Deception Island is the largest active volcano in the Antarctic Peninsula region; with a basal diameter of 30 km it is on the scale of the volcanoes responsible for the largest eruptions on Earth over the last several millennia9,10,11,12. It is located in the South Shetland Islands (SSI; Fig. 1), in a volcanically active region that includes nine known volcanoes in the SSI and several more adjacent to the northern Antarctic Peninsula8. The potential of Deception Island eruptions to affect climates around Antarctica and beyond is demonstrated by the identification of its tephra layers in marine and lacustrine sediments situated up to ~1300 km from the volcano8,13,14,15,16 as well as in ice cores from the Antarctic Peninsula and East Antarctica, including at the South Pole8,17,18.

Figure 1
figure 1

Location map showing (A) Deception Island, Byers Peninsula and the Antarctic Peninsula; and (B) sites across Antarctica where the Deception Island caldera collapse event is recorded by tephra and/or rapid post-seismic sediment deposition in ice, lake and marine sediment cores. The key for numbered studies can be found in Supplementary Table S3, along with information about how each was linked to the caldera collapse event. Figure 1 was generated with CorelDRAW X3 ( using a Shape file downloaded from the Antarctic Digital Database freely available at

Deception Island has erupted more than twenty times since the 19th Century including three eruptions between 1967 and 1970 and seismic crises in 1992, 1999 and 201510,19,20. Whilst these recent eruptions have been relatively modest in magnitude, the hitherto undated caldera-forming event ejected a dense-rock equivalent (DRE) of 30–60 km3 of magma, comparable in volume to the catastrophic 1815 Tambora eruption that caused global cooling and resulted in “the year without a summer”1,2,10,11,12. The age of this major Deception Island eruption has, however, never been firmly established. Estimates have placed the event between the late Pleistocene and 3370 years before present, with 10000 years ago being the most widely repeated age12,13,21,22. During the collapse, rapid volcano-tectonic subsidence along pre-existing, tectonically-influenced faults resulted in a modern 8–10 km-diameter caldera that is of similar dimensions to those of Santorini and Krakatau (refs10,12 and references therein; Fig. 2). Caldera collapses on this scale are often associated with intense seismic swarms including multiple high-magnitude earthquakes23, and the large volume of magma erupted implies the likelihood of significant, widespread climate impacts.

Figure 2
figure 2

(A) Map of Deception Island showing the general geology and outcrop locations of the Outer Coast Tuff Formation (OCTF) (modified from ref.10); (B) Image of the Vapour Col succession illustrating the contact between the OCTF and post-caldera deposits; (C) Detail of OCTF deposits on Deception Island; (D) detail of Tephra T3 from Byers Peninsula (Lake Limnopolar, core LIM08_F2B), with alternating organic and mineral sedimentation below T3 and rapid, massive sediment above; note the coarseness of the tephra. (A) was generated with QGIS v. 2.18 Las Palmas (available at using Shape files and a Digital Elevation Model obtained from the SIMAC geodatabase (described in ref.52). Pictures B and C were taken by A.Geyer and published before in ref.10. The final layout of this figure was achieved using Adobe Illustrator CC 2015.3.1 (Copyright © 1987–2016 Adobe Systems Incorporated and its licensors).

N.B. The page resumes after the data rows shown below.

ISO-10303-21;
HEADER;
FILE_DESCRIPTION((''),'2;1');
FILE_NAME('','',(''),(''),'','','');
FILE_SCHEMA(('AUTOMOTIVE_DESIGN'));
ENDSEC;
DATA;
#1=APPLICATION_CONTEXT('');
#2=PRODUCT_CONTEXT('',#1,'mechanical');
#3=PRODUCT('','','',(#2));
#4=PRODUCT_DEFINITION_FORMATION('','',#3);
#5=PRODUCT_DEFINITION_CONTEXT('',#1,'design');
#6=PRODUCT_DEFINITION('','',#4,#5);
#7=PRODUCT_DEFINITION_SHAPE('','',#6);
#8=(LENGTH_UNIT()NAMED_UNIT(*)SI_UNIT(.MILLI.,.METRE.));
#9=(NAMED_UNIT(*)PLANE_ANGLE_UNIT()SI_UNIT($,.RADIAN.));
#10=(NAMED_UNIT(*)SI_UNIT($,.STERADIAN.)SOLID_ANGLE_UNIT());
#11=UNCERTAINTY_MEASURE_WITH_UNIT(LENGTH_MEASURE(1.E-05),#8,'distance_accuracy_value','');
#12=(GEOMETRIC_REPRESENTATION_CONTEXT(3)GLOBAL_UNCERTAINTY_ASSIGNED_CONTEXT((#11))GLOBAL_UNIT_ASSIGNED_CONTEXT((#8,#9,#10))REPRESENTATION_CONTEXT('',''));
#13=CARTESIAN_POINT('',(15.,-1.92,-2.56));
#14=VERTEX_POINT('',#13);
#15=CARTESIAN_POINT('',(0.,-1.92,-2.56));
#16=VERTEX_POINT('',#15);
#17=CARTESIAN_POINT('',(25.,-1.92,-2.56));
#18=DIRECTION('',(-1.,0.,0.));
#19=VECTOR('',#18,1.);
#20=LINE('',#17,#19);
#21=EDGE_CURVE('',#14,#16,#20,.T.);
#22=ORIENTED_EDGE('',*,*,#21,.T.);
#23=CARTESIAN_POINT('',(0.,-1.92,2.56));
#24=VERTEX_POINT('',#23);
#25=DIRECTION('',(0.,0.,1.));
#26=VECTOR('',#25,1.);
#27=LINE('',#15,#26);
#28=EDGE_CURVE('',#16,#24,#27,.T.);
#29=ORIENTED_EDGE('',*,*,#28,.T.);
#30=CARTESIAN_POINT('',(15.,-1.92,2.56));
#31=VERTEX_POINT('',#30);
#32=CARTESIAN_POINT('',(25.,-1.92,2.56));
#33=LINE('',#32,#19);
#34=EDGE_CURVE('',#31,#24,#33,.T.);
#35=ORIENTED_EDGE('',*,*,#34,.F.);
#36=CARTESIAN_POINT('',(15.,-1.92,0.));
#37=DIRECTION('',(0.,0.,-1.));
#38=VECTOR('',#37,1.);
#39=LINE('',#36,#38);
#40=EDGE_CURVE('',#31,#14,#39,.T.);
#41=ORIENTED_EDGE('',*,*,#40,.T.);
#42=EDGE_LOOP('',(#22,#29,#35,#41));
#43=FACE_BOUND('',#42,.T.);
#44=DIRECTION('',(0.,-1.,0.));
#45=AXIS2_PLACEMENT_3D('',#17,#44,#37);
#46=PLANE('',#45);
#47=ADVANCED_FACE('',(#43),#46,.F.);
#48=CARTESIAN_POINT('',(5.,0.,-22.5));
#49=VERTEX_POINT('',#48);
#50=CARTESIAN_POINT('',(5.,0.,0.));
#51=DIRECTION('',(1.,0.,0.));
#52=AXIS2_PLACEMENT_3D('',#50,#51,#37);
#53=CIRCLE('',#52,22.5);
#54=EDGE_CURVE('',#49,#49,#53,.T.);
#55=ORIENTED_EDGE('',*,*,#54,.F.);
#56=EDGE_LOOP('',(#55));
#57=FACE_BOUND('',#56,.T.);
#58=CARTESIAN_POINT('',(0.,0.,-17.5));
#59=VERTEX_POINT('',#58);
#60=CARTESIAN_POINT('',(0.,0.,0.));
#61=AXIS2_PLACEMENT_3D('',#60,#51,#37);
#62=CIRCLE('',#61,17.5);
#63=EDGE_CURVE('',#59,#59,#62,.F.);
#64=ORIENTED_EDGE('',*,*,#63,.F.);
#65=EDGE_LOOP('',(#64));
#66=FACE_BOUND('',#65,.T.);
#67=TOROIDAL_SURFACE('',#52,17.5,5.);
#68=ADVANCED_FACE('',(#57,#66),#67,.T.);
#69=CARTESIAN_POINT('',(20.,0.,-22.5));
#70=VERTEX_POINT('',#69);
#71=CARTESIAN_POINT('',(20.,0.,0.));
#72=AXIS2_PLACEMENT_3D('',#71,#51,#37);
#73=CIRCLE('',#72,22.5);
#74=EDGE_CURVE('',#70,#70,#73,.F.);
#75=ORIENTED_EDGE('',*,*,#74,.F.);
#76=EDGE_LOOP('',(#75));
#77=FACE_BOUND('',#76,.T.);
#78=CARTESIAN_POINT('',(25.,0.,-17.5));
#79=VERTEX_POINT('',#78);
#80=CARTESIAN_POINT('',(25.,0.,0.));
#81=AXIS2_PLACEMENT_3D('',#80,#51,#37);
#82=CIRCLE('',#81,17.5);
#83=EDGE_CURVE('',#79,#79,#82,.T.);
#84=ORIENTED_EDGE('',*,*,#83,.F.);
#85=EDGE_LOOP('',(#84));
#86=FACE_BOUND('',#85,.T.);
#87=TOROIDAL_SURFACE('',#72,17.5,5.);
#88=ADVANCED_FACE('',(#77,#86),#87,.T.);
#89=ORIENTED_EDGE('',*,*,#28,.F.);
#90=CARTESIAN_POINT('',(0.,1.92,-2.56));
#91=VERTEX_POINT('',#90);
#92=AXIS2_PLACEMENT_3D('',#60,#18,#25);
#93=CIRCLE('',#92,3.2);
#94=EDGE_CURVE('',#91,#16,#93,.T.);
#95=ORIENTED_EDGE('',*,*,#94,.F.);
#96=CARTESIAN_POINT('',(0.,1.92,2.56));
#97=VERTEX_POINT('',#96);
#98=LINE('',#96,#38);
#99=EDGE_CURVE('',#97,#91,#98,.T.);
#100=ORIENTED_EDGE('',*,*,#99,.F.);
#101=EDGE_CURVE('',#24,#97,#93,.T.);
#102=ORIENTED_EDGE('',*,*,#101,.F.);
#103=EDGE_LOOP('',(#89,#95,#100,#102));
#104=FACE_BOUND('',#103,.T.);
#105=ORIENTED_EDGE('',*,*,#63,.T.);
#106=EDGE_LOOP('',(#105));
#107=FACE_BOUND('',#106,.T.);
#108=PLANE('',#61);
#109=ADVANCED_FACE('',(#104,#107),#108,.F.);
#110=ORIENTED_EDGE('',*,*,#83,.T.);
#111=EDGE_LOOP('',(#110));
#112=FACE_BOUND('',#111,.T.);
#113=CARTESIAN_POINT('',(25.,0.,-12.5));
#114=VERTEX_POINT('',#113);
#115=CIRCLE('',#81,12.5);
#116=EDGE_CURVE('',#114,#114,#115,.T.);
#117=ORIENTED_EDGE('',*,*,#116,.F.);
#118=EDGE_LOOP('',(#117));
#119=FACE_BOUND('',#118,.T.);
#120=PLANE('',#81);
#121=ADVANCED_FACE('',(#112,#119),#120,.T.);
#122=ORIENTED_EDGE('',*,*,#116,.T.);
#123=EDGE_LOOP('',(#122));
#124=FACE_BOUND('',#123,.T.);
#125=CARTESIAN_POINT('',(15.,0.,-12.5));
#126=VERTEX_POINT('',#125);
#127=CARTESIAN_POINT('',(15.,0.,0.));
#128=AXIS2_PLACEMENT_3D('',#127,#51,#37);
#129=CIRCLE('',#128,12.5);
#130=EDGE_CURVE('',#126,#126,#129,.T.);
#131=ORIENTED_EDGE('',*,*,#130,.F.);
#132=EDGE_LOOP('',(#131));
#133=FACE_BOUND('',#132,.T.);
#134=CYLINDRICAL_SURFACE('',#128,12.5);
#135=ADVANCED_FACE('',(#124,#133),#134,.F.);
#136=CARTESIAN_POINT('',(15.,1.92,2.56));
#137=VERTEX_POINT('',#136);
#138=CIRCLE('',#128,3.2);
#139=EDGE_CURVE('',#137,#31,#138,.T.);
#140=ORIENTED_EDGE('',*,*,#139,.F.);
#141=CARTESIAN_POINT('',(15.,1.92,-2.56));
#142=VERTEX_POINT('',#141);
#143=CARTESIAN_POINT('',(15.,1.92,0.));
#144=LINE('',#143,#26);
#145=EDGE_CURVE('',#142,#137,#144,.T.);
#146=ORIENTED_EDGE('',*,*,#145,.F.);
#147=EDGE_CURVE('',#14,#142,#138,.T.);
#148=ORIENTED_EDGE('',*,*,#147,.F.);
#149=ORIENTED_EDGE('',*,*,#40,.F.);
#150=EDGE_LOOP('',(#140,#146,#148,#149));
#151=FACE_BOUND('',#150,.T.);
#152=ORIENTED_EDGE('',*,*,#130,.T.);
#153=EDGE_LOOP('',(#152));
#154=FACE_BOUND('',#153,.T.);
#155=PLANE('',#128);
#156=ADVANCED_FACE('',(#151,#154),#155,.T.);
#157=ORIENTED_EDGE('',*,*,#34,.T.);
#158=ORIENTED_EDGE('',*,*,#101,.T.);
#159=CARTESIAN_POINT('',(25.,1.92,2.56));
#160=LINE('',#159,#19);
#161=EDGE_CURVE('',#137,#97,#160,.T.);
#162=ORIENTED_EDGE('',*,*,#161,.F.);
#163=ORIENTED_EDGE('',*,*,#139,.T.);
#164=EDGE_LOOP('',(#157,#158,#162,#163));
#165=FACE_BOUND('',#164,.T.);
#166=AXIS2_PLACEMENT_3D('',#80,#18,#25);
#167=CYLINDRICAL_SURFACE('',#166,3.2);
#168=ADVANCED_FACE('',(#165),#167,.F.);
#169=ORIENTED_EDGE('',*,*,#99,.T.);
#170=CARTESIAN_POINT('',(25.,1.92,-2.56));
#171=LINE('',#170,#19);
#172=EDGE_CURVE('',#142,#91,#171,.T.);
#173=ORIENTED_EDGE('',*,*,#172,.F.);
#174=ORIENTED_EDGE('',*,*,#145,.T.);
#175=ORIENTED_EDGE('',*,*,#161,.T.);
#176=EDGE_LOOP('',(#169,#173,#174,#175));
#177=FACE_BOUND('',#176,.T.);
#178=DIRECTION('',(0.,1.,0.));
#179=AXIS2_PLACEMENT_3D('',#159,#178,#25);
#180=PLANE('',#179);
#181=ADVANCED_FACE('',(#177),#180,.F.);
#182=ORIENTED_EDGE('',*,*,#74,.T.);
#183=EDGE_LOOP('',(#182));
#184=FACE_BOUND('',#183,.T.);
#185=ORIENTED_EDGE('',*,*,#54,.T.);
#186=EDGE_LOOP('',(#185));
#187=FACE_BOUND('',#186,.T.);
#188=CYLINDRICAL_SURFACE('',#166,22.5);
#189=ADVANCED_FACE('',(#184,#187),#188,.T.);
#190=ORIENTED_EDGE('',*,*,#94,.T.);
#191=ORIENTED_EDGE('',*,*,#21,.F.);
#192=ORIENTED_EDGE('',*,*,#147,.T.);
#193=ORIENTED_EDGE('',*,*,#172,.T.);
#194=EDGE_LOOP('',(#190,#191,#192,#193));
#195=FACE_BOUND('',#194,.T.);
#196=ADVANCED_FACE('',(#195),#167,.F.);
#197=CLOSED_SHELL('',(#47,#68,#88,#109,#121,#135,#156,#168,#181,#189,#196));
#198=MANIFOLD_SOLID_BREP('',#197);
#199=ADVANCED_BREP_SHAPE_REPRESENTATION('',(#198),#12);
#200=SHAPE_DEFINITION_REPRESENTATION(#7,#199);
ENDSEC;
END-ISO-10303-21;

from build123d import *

# Parameters (mm, degrees)
SKETCH1_R           = 22.5
BOSS_EXTRUDE1_DEPTH = 25
SKETCH2_R           = 12.5
CUT_EXTRUDE1_DEPTH  = 10
FILLET1_R           = 5
SKETCH3_R           = 1.5
CUT_EXTRUDE2_DEPTH  = 41.466035196
CUT_EXTRUDE3_DEPTH  = 41.466035196


with BuildPart() as part:
    # Sketch1 → Boss-Extrude1 (new body)
    with BuildSketch(Plane(origin=(0, 0, 0), x_dir=(0, 0, -1), z_dir=(1, 0, 0))):
        Circle(SKETCH1_R)
    extrude(amount=BOSS_EXTRUDE1_DEPTH)

    # Sketch2 → Cut-Extrude1 (cut)
    with BuildSketch(Plane(origin=(25, 0, 0), x_dir=(0, 0, -1), z_dir=(1, 0, 0))):
        Circle(SKETCH2_R)
    extrude(amount=-CUT_EXTRUDE1_DEPTH, mode=Mode.SUBTRACT)

    # Fillet1
    fillet1_edges = [part.edges().sort_by_distance(p)[0] for p in [
        (0, 0, 22.5),
        (25, 0, 22.5),
    ]]
    fillet(fillet1_edges, radius=FILLET1_R)

    # Sketch3 → Cut-Extrude2 (cut, through all)
    with BuildSketch(Plane.ZY):
        Circle(SKETCH3_R)
    extrude(amount=-CUT_EXTRUDE2_DEPTH, mode=Mode.SUBTRACT)

    # Sketch4 → Cut-Extrude3 (cut, through all)
    with BuildSketch(Plane.ZY):
        with BuildLine():
            Line((-2.56, -1.92), (2.56, -1.92))
            ThreePointArc((2.56, -1.92), (3.2, 0), (2.56, 1.92))
            Line((2.56, 1.92), (-2.56, 1.92))
            ThreePointArc((-2.56, 1.92), (-3.2, 0), (-2.56, -1.92))
        make_face()
    extrude(amount=-CUT_EXTRUDE3_DEPTH, mode=Mode.SUBTRACT)


solid = part.part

Byers Peninsula, located ~40 km northwest of Deception Island on Livingston Island, is ideally located to record the eruptive history of the Deception Island volcano due to its proximity and the presence of numerous lakes. In this study, we examined sediments from Byers Peninsula lakes that preserve detailed, long-term environmental records of Deception Island volcanic activity in the form of tephra deposits. We made direct compositional comparisons between Byers Peninsula tephras and those on Deception Island to provide significantly improved age constraints for the caldera-forming eruption. Here we present data from four Byers Peninsula lakes (Escondido, Cerro Negro, Chester and Limnopolar) in which three major tephra horizons – here referred to as T1, T2, and T3 and whose composition indicated a Deception Island provenance – were correlated based on geochemistry and physical properties15 (see Fig. 3 and Supplementary Fig. S1). Our integration of the cumulative evidence derived from geochemical, petrological and palaeolimnological studies provides significant new insights into the chronology and physical and chemical processes that occurred during the Deception Island caldera collapse.

Figure 3
figure 3

Composite image showing sediment cores from four Byers Peninsula lakes with radiocarbon and thermoluminescence ages (see refs30,31 and Supplementary Table 1). Note that the cores are arranged to align the top of the rapid post-seismic depositional unit of varying thickness, interpreted as a mass-wasting deposit, which interrupts the laminated, moss-rich, lacustrine sedimentation in each lake.

Results and Discussion

Several lines of evidence confirm that tephra T3 in Livingston Island lake sediments was produced by the Deception Island caldera-forming episode. On Deception Island, the Outer Coast Tuff Formation (OCTF; Fig. 2b) is accepted to be the stratigraphic unit that corresponds to the caldera-forming eruption. This formation, the most compositionally distinctive unit on Deception Island, is a sequence of pyroclastic density current deposits of mafic to intermediate composition9,10,12 (Fig. S2). The syn-caldera rocks contain evidence of mingling and co-eruption of two discrete magmas with geochemically distinct compositions, a feature found on Deception Island only in the OCTF. A first group of glass and bulk rock analyses of the OCTF fall within the main geochemical trend for Deception Island defined by the composition of pre- and post-caldera samples (Fig. 4 and Supplementary Fig. S2). By contrast, a second cluster groups at lower TiO2 and FeOt values, and for the same SiO2 have slightly higher concentrations of MgO, Al2O3 and CaO than the pre- and post-caldera rocks in major elements vs. SiO2 Harker diagrams (Fig. 4b and Supplementary Fig. S2). The presence of these two magmas suggests that the explosive eruption leading to caldera formation was triggered by the arrival of hotter and more primitive magmas into an existing reservoir12.

Figure 4
figure 4

Glass and bulk rock magma composition of Deception Island’s pre-, post- and syn-caldera (OCTF) juvenile fragments. (A) Total Alkali vs. Silica diagram (TAS)53. Major elements are normalized to 100% (anhydrous) with Fe distributed between FeO and Fe2O3 following ref.54. The grey dashed line discriminates between the alkaline-subalkaline fields55. (B) Major element vs. SiO2 content Harker Diagrams. Major element compositions have been normalized to 100% in anhydrous base with Fe as FeOt. See Supplementary Information File 2 for details on composition and exact latitude-longitude coordinates of the rock samples. This figure was generated with RStudio Version 1.0.143 ( using ggplot2 Version 2.1.9000. Final layout of this figure was achieved using Adobe Illustrator CC 2015.3.1 (Copyright © 1987–2016 Adobe Systems Incorporated and its licensors).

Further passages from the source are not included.